Open asturkmani opened 7 years ago
Try comparing the hidden Markov process likelihood when instantiated randomly vs the ones instantiated from the G-Means found clusters
Compare the Anderson scores of G-Means clusters to Anderson scores of random GMMs
Objective: Uncover the generative model behind these data samples
Test:
[x] PCA dimensionality reduction
[x] Cluster with k-means
Conclusion: The principal modes only reveal information expressing which apps are mostly used. While this is interesting, it doesn't tell us much about the generative latent space. Euclidean metrics don't capture the nuances of the data.
[x] Cluster/Model with G-means G-means assumes the clusters are sampled from a latent Gaussian distribution.
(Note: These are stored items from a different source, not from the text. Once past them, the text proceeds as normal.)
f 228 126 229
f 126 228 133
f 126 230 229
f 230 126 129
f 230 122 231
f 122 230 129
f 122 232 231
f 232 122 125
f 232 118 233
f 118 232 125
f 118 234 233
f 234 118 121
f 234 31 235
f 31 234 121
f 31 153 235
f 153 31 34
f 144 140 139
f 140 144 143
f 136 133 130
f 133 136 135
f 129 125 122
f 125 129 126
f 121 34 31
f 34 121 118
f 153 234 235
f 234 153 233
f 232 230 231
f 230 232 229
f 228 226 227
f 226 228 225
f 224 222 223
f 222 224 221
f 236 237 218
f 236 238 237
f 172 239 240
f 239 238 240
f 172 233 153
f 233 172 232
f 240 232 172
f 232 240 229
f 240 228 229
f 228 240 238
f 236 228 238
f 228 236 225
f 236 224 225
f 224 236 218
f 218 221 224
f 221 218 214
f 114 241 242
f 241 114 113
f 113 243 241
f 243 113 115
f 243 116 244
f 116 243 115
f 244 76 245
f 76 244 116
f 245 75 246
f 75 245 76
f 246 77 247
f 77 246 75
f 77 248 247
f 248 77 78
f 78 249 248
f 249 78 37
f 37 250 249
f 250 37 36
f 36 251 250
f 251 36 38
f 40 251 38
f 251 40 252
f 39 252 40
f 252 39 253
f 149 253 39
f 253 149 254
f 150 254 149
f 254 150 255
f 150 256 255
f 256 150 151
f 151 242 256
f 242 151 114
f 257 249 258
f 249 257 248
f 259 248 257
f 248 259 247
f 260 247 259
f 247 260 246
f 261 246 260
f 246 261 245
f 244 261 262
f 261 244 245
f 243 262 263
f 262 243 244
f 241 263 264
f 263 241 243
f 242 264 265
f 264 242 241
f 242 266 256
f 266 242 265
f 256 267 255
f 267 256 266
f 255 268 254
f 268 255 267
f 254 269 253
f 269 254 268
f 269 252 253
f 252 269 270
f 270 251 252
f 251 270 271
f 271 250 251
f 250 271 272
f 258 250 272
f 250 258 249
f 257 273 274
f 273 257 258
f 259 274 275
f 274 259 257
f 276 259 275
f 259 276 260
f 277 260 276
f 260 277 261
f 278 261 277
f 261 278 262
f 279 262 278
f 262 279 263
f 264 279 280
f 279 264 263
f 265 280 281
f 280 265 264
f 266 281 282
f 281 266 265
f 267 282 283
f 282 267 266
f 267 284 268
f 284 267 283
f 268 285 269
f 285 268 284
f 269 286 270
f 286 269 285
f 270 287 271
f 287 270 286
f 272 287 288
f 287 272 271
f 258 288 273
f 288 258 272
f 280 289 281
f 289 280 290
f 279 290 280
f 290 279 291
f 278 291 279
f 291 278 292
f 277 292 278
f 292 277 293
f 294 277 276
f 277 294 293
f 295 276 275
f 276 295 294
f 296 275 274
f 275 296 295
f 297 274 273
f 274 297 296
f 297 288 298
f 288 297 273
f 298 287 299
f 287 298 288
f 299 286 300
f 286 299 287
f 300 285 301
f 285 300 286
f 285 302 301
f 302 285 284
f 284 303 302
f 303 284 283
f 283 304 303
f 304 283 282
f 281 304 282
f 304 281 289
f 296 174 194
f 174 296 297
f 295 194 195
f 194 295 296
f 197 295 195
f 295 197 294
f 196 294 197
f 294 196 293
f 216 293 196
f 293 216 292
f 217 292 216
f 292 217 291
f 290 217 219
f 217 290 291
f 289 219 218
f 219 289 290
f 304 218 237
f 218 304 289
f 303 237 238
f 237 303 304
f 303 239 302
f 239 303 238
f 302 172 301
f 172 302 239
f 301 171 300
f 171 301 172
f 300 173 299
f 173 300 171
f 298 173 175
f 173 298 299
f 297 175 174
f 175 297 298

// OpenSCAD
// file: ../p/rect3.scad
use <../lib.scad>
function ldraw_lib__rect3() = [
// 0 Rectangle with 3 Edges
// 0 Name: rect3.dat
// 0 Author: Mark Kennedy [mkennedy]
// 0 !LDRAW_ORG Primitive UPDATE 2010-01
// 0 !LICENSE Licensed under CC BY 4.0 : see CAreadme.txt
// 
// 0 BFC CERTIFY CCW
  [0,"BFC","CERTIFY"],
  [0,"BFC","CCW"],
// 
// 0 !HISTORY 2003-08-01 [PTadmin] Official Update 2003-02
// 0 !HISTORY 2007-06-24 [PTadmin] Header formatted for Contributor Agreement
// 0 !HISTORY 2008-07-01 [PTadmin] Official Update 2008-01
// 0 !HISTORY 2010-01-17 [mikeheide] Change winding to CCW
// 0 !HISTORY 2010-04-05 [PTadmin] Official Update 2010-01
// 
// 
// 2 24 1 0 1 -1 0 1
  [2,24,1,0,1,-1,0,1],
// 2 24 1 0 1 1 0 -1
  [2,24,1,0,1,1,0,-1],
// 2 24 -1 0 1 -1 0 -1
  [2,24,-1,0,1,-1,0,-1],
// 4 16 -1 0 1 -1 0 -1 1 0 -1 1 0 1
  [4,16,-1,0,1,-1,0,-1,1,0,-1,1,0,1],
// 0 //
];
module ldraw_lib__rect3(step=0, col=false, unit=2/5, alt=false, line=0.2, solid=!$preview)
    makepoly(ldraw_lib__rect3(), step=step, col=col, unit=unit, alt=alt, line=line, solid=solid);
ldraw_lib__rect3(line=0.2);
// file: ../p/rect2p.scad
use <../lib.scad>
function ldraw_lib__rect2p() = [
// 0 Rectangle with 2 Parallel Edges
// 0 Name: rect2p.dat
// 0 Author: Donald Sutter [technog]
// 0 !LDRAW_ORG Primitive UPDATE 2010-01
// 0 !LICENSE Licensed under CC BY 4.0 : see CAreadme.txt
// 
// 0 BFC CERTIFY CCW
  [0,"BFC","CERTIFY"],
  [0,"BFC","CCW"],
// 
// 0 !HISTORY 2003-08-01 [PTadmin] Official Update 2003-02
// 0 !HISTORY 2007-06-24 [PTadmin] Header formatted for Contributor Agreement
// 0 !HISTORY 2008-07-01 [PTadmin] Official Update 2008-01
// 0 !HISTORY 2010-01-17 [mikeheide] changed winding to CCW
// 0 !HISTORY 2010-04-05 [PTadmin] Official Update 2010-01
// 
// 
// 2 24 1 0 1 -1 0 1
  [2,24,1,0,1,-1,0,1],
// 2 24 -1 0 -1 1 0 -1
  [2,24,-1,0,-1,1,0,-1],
Consequently, each cluster represents samples from a distribution in a latent space, where each cluster indicates an underlying individual state, for example, focus on work, bored, actively checking social media, etc
[x] Cluster/Model with Gaussian Mixture Models using G-Means algorithm
[x] Use Variational Autoencoders to learn latent representation
Conclusions: Some Gaussian structure exists in the data since G-Means passes Anderson tests, however, the captured structure is still a little vague and there may be more information to be learned from dimensionality reduction techniques that account for time dependency.
[x] LSTM embedding matrix for dimensionality reduction
[ ] LSTM encoder-decoder for sequence-to-sequence modelling
[ ] LSTM encoder-decoder with attention mechanism
[x] Hidden Markov Model to infer generative Markovian process
[x] (Variational) Autoencoder with time-dependency